異常増殖の背景には、猫自身の免疫が低下するような何かしらの要因が隠れていることがほとんどです。
その代表的なものは以下の通りです。
・ウイルス感染(猫エイズ、猫白血病など)
・内分泌疾患(糖尿病、副腎皮質機能亢進症など)
・腫瘍疾患
・アトピー性皮膚炎
・アレルギー性皮膚炎
・ステロイドや免疫抑制剤の服用
体質も影響します。
犬では脂漏体質の品種でよく見られる病気です。
猫にも体質的に皮脂の分泌が多めの個体がおり、マラセチアの異常増殖も起こりやすくなってしまいます。
また、鼻が低い種類の猫では、顔の皮膚にある皺の部分の皮膚が蒸れやすく、また皮脂の分泌も多い部分であることから、マラセチアの増殖に適した環境になり、皮膚炎を起こすことがあります。
皮膚状態が悪化すると発症しやすくなります。
皮膚に炎症が起こった状態になると、皮膚のバリア機能が低下するためにマラセチアが増殖してしまうことがあります。
特に耳では耳ダニの寄生によって、マラセチアも増えることが多く、外耳炎が重度で長引いてしまう原因になることもあります。
アレルギーやアトピーによる皮膚炎が起こっている場合も、マラセチアの増殖が起こり症状が悪化してしまう場合があります。
猫のマラセチア症の好発品種について
以下の猫種で好発がみられます。
- コーニッシュレックス
- セルカークレックス
- デボンレックス
これらの品種は、体質的に皮脂の分泌が盛んなため、マラセチア性皮膚炎が多いとされています。
猫のマラセチア症の予防方法について
体質に合わせてシャンプーを選びましょう。
猫は犬に比べるとあまり頻繁にシャンプーしなくても良い動物ですが、体質によってはその頻度を少し増やしてあげる必要があります。
特に好発品種に挙げたレックス系の猫は、他の品種に比べるとやや皮脂の分泌が多い傾向があります。
こまめにブラッシングを行い、臭いやべたつきが気になるようになったら、シャンプーしてあげるようにしましょう。
また、皮脂の分泌が盛んな尾腺(腰から尻尾の付け根)付近がべたつきがちな猫や、顔に皺のある猫では、汚れや皮脂が固まった状態にならないように、毛を短くカットしたり、シートタイプやふき取りタイプのケア用品でこまめにケアしてあげましょう。
猫のマラセチア症の治療方法について
抗真菌剤の投与を行います。
マラセチアが異常に増えている場合には、抗真菌剤でその増殖を抑える必要があります。
局所的に症状がみられる場合や耳だけに症状がみられる場合には、塗り薬や点耳薬など、主に外用薬で治療を行います。

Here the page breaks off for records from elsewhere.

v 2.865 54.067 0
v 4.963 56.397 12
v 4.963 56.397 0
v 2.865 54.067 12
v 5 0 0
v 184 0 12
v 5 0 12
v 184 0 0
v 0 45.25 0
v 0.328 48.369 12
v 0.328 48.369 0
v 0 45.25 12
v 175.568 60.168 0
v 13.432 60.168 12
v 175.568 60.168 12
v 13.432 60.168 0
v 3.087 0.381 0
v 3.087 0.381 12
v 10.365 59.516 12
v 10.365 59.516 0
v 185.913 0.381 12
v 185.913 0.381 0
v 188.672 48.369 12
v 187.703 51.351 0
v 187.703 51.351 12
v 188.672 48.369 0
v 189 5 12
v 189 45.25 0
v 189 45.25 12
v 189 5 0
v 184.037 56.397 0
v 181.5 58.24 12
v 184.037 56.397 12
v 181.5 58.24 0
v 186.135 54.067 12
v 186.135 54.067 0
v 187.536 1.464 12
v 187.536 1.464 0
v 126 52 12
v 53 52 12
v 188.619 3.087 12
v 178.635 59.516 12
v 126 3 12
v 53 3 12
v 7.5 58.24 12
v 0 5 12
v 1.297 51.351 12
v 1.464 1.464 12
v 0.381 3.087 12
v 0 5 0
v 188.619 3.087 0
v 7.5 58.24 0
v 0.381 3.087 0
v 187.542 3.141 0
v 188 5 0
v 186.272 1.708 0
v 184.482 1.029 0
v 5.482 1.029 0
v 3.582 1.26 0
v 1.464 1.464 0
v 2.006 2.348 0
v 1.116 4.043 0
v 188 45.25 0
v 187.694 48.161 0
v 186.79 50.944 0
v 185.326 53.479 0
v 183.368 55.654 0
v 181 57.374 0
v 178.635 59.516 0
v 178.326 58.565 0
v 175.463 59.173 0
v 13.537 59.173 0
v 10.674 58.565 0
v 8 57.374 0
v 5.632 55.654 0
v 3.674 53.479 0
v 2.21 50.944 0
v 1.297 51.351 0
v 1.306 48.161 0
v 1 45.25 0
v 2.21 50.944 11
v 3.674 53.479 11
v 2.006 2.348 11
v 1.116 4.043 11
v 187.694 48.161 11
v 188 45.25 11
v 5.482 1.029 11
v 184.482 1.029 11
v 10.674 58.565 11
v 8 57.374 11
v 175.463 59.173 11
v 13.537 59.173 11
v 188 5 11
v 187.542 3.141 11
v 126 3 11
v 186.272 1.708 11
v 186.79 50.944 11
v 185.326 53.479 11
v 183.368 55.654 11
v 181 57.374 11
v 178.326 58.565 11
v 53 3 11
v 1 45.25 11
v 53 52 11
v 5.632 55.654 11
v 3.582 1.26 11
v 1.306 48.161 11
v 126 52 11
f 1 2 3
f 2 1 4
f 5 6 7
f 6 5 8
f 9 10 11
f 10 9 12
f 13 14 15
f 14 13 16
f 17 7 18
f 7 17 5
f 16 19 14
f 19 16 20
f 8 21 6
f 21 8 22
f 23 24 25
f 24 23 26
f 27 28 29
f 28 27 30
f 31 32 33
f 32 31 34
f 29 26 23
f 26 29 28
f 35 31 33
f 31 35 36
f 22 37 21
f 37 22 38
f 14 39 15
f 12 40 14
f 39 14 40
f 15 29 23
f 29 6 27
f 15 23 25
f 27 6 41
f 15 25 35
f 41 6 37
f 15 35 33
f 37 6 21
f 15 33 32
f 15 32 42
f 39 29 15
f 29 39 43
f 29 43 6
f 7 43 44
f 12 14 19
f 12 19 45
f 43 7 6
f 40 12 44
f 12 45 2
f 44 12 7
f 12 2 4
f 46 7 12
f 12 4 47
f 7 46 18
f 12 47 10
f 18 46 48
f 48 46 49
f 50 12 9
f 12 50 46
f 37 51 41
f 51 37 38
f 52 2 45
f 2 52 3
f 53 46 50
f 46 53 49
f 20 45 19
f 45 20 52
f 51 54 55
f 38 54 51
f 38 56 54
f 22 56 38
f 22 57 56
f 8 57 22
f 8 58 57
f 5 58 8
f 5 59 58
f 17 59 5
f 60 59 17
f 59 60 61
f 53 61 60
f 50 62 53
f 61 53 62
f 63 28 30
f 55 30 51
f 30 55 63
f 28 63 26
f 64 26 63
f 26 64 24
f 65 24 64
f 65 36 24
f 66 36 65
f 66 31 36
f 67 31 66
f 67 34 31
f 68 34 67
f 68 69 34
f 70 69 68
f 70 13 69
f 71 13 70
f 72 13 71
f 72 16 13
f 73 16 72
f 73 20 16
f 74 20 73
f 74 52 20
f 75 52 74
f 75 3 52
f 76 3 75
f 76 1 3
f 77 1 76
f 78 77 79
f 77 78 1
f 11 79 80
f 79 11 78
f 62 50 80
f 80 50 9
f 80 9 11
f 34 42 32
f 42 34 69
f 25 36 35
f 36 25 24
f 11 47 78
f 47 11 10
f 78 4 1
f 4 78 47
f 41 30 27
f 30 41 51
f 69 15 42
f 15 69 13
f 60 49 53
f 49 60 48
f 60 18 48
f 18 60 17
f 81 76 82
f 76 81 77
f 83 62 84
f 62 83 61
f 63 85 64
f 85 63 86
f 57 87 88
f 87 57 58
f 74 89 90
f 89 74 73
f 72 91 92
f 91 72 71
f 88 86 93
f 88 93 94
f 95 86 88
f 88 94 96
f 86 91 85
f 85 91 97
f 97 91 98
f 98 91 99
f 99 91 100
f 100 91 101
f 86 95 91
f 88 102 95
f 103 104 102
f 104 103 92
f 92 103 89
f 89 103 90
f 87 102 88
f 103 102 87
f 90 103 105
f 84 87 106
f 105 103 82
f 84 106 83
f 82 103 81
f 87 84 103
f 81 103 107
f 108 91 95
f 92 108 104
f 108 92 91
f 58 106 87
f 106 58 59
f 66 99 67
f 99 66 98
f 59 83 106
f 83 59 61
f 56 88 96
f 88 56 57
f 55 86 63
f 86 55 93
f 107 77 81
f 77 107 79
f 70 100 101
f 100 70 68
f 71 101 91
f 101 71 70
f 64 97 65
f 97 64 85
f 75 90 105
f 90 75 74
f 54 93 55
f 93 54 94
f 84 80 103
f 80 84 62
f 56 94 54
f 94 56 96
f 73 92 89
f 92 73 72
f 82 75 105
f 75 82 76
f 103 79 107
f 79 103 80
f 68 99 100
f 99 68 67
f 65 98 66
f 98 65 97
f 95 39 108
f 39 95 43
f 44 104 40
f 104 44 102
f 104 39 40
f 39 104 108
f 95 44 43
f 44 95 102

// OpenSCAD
T = 12;
WLEFT = 53;
WRIGHT = 55;
WDISP = 81; // Total width of the display.
HDISP = 54.6; // Total height of the display.
WSCR = 73; // Width of the display's visible part.
HSCR = 49; // Height of the display's visible part.
H = 60.25;
W = WLEFT + WDISP + WRIGHT;
MDISP = 3;
DPAD = 40;
RPAD = DPAD / 2;
RT = 15;
RB = 5;

module v1_front() {
  difference() {
    outline();
    translate([0, 0, -1])
      outline(shift=1);
    translate([WLEFT, MDISP, 3])
      cube([WSCR, HSCR, 10]);
  }
}

module outline(shift = 0) {
  hull() {
    translate([RT, H - RT, 0])
      cylinder(h=T, r=RT - shift);
    translate([RB, RB, 0])
      cylinder(h=T, r=RB - shift);
    translate([W - RT, H - RT, 0])
      cylinder(h=T, r=RT - shift);
    translate([W - RB, RB, 0])
      cylinder(h=T, r=RB - shift);
  }
}

v1_front();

全身性に重度の症状がみられる場合には、内服薬での治療を検討しますが、肝障害などの副作用には注意が必要です。
また、猫で全身性にマラセチア性皮膚炎がある場合には、基礎疾患があることがほとんどですので、そちらのケアを優先して行います。
基礎疾患の治療が必要です。
基礎疾患の存在が疑われる場合には、それを治療しなければ根本的な治療はできません。
全身の検査を行い、基礎疾患をつきとめ、その治療を行うことによって皮膚状態も徐々に改善していくことがほとんどです。
抗真菌作用のあるシャンプーで洗浄します。
抗真菌薬が添加されたシャンプーで局所または全身を定期的に洗い、マラセチアの増殖を抑えます。
シャンプー後は水気をしっかりとタイルで拭いた後に、ドライヤーで乾かし、できるだけ水気が残らないようにしましょう。